I know you are taking part to various studies, I am amazed that the researchers involved don't give you any feedback. I find this quite upsetting actually. In the UK we tell people what we have found and how it compares to the group sampled. It is a shame there is nothing you can learn about yourself from there.

I'd opt for detailed MRI and SPECT scans. One assessment we have started to refer families to, is to look for the maintenance of primitive reflexes and presence of normal reflexes. Even very high functioning AS kids have retained abnormally some primitive reflexes. The work proposed to correct this is called'Developmental Reflexive Rehabilitation.' I am copying from the BIRD organization web site (b-i-r.d org uk) that does this in the UK-It is based on a series of movement patterns which facilitate neurological feedback to the brain. These movements inhibit the 'primitive' reflexes that have either not developed properly from the infantile reflexes present in everyone in the first year or two of life - or which have been re-released at a later stage through brain injury.

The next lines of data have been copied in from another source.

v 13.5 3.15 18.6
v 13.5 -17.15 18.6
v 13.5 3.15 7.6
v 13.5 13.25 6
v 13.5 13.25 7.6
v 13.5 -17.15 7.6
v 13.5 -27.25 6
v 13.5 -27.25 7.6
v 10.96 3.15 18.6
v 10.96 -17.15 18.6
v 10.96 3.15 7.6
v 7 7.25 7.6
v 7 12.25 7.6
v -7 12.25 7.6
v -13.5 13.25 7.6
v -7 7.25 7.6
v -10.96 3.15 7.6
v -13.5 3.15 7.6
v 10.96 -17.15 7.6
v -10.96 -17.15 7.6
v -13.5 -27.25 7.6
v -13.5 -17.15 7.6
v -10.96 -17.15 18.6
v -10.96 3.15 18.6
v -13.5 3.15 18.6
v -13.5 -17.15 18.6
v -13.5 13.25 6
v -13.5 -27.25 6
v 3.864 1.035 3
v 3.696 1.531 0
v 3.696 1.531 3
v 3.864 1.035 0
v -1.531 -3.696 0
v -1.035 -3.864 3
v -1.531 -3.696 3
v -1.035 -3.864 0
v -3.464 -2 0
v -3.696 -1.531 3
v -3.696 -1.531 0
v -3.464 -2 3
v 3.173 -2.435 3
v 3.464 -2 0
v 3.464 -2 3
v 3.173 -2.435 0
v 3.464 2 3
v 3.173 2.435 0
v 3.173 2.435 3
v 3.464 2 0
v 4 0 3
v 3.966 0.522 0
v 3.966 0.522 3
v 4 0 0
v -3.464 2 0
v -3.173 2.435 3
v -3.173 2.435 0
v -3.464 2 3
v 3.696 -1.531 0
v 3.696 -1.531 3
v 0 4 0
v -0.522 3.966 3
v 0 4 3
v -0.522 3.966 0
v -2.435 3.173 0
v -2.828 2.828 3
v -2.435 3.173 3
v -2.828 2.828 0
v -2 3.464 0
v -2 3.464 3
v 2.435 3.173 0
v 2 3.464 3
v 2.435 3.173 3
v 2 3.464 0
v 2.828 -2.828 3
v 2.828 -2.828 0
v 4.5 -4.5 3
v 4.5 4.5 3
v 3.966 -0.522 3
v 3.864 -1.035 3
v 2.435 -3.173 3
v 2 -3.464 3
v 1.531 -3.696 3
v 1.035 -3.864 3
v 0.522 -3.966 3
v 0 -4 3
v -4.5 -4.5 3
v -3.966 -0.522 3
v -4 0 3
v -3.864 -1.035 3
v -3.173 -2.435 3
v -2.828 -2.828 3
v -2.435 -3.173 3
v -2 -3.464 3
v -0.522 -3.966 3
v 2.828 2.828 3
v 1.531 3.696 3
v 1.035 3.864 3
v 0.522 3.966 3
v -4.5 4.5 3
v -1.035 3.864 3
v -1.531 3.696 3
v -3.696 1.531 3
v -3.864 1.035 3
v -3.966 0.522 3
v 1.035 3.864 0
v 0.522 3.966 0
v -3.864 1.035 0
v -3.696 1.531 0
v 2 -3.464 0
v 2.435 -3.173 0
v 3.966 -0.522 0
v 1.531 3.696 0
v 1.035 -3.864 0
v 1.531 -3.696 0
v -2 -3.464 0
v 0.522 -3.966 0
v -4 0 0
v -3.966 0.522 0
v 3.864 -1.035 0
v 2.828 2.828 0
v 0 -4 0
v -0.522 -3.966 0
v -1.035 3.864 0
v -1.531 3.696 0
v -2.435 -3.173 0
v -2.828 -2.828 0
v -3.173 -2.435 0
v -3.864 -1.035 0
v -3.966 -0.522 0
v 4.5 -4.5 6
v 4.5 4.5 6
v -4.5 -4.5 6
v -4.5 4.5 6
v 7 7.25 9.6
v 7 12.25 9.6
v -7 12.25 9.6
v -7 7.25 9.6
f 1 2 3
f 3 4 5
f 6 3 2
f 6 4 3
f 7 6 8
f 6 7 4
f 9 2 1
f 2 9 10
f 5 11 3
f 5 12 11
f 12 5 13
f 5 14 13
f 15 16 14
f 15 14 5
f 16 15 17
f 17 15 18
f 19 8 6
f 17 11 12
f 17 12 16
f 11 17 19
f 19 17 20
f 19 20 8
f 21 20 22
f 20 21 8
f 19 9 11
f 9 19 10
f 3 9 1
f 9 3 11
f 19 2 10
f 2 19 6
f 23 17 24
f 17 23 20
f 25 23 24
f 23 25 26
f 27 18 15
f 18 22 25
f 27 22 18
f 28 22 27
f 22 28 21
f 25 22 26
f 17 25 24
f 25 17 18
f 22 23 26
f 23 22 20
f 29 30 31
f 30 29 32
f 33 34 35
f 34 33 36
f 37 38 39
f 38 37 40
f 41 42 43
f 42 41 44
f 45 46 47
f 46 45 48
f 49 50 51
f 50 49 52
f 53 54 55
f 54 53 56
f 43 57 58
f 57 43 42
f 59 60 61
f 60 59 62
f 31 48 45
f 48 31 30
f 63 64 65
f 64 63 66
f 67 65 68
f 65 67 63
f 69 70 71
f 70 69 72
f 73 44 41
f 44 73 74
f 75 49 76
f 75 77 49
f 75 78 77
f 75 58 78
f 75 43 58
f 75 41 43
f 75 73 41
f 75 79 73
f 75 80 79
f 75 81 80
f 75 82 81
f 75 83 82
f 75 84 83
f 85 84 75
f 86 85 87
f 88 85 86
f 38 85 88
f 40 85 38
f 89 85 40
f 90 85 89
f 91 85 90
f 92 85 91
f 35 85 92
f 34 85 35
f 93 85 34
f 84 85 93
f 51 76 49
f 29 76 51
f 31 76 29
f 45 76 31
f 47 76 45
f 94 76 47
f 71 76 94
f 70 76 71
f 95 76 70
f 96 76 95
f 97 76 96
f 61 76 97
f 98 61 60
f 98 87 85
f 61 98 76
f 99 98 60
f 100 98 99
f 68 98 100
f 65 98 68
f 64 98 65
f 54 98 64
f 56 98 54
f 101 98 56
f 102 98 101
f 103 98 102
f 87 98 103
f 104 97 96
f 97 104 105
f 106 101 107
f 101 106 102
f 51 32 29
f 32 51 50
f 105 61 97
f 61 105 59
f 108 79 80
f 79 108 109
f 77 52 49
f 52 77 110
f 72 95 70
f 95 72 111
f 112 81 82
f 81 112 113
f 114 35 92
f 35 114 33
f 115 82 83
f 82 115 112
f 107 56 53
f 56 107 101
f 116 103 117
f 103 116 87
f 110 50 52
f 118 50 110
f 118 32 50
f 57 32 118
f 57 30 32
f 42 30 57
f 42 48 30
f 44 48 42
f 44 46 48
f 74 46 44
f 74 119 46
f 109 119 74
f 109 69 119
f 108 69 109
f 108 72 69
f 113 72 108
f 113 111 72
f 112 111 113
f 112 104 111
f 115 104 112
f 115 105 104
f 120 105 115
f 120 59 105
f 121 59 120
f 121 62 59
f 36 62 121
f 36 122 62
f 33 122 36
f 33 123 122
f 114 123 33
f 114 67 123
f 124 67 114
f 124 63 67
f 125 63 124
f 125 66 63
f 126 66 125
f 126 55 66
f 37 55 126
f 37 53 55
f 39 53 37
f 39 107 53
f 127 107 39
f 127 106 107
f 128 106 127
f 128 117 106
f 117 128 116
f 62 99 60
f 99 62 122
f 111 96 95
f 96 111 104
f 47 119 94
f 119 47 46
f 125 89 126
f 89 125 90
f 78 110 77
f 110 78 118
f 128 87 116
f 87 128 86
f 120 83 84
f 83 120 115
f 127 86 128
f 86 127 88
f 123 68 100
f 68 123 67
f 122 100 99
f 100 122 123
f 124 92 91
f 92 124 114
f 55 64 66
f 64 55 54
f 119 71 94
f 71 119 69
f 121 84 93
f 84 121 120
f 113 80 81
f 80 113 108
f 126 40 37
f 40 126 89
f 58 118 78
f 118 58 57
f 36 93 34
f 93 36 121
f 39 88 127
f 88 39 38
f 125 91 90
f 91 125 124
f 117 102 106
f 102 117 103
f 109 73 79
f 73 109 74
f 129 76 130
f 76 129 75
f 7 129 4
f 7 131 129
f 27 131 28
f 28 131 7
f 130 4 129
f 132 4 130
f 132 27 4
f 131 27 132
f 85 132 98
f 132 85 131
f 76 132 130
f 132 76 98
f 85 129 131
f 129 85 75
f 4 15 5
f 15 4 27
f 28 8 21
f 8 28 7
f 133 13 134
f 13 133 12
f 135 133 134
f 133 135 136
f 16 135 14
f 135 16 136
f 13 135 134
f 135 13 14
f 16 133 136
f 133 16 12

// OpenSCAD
// ============================================================================
// esp32cam_001.scad — Board ESP32-CAM AI-Thinker (MOCK THAM CHIẾU — không in)
// ----------------------------------------------------------------------------
// Biến thể thay cho XIAO ESP32-S3: dùng với nắp adapter top_cap_esp32cam.
// Tư thế LẮP: camera úp XUỐNG (−Z) → 2 hàng pin header chĩa LÊN (+Z).
// GỐC CỤC BỘ: tâm mặt dưới barrel LENS = [0,0,0] (giống convention xiao mock).
// Lens OV2640 lệch tâm PCB e32_lens_off dọc trục dài — ⚠️ đo lại board thật.
// Lens barrel VẶN CHỈNH NÉT được (khác lens XIAO cố định — chỉnh về ~36mm).
// ============================================================================
include <../constants.scad>

module esp32cam() {
    // Barrel lens (nhìn xuống −Z, mặt dưới tại z=0)
    color(col_metal) cylinder(d = e32_lens_d, h = 3, $fn = 48);
    // Khối module camera
    color([0.15, 0.15, 0.15])
        translate([-e32_cam_blk/2, -e32_cam_blk/2, 3]) cube([e32_cam_blk, e32_cam_blk, 3]);
    // PCB (tâm PCB lệch −e32_lens_off theo Y so với lens)
    color(col_pcb)
        translate([-e32_pcb_w/2, -e32_pcb_l/2 - e32_lens_off, 6])
            cube([e32_pcb_w, e32_pcb_l, e32_pcb_t]);
    // 2 hàng pin header 8 chân chĩa LÊN dọc 2 cạnh dài
    color(col_metal)
        for (sx = [1, -1])
            translate([sx * (e32_pcb_w/2 - 1.27) - 1.27, -17.15, 6 + e32_pcb_t])
                cube([2.54, 20.3, e32_hdr_h]);
    // Gợi khe microSD ở đầu +Y
    color(col_metal)
        translate([-7, e32_pcb_l/2 - e32_lens_off - 6, 6 + e32_pcb_t])
            cube([14, 5, 2]);
}

esp32cam();
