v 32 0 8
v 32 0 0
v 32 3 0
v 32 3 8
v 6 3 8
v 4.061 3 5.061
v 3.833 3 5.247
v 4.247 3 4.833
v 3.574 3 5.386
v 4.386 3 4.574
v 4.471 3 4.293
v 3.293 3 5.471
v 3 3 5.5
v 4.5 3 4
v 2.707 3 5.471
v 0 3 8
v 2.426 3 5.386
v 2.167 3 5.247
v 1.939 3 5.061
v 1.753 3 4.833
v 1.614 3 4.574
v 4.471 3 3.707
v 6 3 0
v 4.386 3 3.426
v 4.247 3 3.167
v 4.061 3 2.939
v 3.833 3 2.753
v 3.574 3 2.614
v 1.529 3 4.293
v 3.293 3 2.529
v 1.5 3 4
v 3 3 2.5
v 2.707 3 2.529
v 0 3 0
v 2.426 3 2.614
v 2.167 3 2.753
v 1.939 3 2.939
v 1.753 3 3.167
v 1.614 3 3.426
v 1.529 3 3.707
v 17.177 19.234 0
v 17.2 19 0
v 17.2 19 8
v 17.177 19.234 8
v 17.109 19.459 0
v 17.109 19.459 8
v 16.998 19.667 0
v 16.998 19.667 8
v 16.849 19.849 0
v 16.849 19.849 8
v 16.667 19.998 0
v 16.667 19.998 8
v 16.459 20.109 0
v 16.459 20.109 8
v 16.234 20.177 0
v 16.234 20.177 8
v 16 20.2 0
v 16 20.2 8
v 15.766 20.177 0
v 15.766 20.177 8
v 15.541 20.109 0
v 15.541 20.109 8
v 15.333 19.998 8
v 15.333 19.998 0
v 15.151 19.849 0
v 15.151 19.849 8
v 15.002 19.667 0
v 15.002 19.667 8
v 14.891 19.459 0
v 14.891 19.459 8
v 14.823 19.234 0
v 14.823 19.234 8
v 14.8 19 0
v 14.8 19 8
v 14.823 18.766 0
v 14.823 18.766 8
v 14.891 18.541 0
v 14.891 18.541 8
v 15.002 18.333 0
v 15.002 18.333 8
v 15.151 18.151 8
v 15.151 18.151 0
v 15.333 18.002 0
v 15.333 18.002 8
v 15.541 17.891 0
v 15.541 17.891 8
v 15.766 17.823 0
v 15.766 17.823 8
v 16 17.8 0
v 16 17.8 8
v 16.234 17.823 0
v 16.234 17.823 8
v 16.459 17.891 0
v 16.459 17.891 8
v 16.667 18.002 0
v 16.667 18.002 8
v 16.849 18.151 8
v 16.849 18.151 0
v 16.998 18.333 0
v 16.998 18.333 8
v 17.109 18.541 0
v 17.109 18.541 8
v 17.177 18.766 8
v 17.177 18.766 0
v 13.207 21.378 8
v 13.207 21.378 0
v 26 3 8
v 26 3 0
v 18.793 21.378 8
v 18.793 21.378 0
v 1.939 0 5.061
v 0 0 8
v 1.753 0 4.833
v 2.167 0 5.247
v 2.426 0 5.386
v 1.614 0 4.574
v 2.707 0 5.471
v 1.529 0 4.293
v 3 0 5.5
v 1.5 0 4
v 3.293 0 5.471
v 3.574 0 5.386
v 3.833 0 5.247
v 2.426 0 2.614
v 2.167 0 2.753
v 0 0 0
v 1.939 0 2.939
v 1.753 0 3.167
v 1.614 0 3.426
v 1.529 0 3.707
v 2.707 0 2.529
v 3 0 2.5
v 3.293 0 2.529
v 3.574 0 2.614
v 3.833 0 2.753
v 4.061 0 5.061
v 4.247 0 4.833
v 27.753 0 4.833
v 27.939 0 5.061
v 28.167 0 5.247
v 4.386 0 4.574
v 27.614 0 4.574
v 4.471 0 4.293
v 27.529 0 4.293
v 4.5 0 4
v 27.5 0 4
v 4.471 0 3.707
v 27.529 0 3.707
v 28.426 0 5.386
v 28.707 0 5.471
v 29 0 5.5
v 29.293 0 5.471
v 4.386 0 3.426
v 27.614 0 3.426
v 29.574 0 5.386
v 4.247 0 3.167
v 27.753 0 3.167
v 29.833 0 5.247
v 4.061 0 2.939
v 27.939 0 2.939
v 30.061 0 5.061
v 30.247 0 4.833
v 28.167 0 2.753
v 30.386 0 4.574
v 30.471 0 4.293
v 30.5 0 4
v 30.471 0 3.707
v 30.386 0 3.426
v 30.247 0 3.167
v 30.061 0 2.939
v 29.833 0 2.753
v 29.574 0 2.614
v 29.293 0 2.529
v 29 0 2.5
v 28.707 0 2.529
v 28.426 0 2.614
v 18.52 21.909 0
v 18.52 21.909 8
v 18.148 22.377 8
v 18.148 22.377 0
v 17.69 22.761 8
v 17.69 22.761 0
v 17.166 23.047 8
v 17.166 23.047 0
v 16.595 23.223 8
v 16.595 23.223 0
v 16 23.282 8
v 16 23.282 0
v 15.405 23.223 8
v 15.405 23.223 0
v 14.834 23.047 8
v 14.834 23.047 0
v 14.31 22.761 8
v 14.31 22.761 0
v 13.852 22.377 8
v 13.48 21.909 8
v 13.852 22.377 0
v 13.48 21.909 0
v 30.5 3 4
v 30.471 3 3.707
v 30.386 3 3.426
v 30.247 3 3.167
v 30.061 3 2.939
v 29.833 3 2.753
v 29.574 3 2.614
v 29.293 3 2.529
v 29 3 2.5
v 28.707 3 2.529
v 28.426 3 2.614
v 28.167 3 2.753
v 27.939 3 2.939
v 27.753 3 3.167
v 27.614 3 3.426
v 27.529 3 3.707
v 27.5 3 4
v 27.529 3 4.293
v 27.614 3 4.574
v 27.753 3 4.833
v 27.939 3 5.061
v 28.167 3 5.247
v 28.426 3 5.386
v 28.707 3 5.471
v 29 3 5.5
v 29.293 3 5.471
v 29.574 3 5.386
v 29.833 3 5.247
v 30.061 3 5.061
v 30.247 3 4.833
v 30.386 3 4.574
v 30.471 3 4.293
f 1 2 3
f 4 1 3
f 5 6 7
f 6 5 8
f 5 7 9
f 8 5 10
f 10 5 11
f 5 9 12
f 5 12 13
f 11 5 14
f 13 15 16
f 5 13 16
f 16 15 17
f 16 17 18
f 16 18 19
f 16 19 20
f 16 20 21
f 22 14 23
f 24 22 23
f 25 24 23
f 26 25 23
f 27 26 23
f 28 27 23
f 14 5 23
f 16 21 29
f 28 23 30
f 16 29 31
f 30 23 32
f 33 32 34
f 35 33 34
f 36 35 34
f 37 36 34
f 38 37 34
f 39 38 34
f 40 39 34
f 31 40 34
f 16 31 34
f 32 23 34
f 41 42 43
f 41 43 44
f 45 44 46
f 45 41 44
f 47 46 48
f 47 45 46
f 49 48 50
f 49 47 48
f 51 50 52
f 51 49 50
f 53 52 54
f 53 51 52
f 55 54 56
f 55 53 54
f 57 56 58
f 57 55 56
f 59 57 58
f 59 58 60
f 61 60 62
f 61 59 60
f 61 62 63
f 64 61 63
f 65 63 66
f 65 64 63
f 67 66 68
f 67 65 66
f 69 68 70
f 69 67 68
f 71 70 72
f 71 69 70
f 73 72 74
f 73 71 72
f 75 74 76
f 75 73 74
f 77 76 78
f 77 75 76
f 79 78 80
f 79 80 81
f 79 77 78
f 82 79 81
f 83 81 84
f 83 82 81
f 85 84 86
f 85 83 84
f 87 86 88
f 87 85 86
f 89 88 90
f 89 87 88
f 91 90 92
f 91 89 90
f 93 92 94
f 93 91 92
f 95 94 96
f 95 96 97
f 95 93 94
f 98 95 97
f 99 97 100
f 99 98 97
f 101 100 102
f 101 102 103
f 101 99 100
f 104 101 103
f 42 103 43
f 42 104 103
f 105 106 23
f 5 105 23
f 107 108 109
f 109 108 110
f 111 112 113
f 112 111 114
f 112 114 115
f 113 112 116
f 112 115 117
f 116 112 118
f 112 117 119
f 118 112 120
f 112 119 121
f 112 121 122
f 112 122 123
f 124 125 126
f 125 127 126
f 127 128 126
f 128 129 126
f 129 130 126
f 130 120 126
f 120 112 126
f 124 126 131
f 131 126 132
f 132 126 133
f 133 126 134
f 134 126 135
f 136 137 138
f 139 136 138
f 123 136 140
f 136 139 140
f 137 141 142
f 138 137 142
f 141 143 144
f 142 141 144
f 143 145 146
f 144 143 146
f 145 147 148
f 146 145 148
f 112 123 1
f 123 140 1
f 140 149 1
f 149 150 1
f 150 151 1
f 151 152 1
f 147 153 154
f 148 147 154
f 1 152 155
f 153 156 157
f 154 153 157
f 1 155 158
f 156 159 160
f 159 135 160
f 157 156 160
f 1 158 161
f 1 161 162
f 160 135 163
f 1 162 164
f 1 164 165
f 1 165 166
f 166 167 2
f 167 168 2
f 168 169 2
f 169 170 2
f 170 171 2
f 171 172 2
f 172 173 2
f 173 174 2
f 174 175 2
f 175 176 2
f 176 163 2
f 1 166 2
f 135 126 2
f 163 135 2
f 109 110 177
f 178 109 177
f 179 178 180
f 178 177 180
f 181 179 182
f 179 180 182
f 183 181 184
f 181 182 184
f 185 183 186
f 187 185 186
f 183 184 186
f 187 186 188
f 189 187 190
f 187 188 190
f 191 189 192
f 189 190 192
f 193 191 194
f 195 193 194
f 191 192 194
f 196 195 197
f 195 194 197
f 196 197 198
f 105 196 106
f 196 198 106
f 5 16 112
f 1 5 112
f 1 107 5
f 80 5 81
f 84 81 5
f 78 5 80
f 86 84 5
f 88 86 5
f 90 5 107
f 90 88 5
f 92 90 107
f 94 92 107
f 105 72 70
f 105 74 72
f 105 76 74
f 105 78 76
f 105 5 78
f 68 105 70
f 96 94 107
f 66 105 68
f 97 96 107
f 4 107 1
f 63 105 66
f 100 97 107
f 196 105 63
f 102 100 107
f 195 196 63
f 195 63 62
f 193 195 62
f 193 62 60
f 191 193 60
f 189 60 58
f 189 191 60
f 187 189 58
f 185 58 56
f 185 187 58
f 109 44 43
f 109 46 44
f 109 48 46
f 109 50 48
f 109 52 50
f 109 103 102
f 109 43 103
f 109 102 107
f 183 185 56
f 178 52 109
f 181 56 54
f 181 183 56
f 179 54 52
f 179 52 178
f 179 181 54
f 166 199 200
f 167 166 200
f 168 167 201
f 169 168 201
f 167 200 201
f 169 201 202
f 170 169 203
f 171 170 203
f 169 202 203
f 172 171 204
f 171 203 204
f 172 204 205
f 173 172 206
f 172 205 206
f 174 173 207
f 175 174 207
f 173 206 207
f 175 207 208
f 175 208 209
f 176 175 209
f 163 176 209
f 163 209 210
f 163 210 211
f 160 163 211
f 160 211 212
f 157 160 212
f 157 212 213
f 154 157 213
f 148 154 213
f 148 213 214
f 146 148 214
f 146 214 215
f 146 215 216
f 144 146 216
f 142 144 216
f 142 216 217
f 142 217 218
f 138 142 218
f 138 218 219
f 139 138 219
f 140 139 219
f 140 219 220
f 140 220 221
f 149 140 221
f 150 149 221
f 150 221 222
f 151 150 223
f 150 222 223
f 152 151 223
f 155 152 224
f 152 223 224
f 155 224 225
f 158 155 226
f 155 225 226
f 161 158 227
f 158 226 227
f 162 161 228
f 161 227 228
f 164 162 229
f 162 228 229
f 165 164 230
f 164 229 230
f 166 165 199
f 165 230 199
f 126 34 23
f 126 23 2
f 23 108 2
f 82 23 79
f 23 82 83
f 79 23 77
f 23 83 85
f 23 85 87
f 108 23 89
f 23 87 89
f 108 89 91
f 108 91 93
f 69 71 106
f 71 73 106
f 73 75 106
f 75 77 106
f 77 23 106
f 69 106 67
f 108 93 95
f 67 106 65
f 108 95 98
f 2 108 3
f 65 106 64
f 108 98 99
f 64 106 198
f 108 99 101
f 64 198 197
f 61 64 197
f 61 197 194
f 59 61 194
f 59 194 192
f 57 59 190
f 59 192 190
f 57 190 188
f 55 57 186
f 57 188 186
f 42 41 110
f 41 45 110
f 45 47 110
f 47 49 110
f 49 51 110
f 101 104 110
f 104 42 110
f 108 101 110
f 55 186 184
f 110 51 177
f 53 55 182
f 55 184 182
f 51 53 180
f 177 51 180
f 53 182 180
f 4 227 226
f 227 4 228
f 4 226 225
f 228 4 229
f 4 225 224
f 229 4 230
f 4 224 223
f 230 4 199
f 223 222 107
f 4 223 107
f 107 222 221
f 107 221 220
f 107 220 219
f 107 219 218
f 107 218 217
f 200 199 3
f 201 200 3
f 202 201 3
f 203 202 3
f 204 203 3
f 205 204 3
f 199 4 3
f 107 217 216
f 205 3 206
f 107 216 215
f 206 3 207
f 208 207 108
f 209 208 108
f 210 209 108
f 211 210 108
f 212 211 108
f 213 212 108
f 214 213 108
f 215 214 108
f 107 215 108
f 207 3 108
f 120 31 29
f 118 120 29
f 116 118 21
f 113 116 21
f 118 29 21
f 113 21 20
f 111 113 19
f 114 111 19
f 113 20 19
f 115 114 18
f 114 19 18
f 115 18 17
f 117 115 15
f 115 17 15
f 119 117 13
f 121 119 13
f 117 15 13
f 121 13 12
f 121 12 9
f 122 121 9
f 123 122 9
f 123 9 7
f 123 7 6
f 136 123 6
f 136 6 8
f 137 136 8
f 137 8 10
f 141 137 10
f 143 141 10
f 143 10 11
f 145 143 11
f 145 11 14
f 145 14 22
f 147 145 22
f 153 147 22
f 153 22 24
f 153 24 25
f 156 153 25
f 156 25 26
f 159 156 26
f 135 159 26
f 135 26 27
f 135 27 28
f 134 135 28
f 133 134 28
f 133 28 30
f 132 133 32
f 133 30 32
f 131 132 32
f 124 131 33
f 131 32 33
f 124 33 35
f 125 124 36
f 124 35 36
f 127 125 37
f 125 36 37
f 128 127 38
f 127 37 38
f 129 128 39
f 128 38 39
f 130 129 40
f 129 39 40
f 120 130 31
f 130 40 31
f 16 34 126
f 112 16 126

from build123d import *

# Parameters (mm, degrees)
ESQUISSE1_R             = 1.2
BOSS_EXTRU_1_DEPTH      = 8
ESQUISSE2_R             = 1.5
ENL_V_MAT_EXTRU_1_DEPTH = 39.721703123


with BuildPart() as part:
    # Esquisse1 → Boss.-Extru.1 (new body)
    with BuildSketch(Plane.XY):
        with BuildLine():
            Line((0, 0), (32, 0))
            Line((32, 0), (32, 3))
            Line((32, 3), (26, 3))
            Line((26, 3), (18.792908921, 21.37755528))
            ThreePointArc((18.792908921, 21.37755528), (16, 23.282265473), (13.207091079, 21.37755528))
            Line((13.207091079, 21.37755528), (6, 3))
            Line((6, 3), (0, 3))
            Line((0, 3), (0, 0))
        make_face()
        with Locations((16, 19)):
            Circle(ESQUISSE1_R, mode=Mode.SUBTRACT)
    extrude(amount=BOSS_EXTRU_1_DEPTH)

    # Esquisse2 → Enlèv. mat.-Extru.1 (cut, through all)
    with BuildSketch(Plane(origin=(0, 3, 0), x_dir=(1, 0, 0), z_dir=(0, 1, 0))):
        with Locations(Location((3, -4, 0), (0, 0, 180))):
            Circle(ESQUISSE2_R)
        with Locations((29, -4)):
            Circle(ESQUISSE2_R)
    extrude(amount=-ENL_V_MAT_EXTRU_1_DEPTH, mode=Mode.SUBTRACT)


solid = part.part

These primitive reflexes affect a person's development and functioning on a physical, psychological, social and cognitive basis.

I think this is a very interesting complementary approach and for once, one intervention free to parents here. Eye tracking, sensory motor integration etc.

Other than this, I think neurofeedback and for some FastForWords are also very valuable interventions that tell indirectly how the brain functions.

Finally go back with your parent's help to your development history, very often there are clues as to why you are who you are today.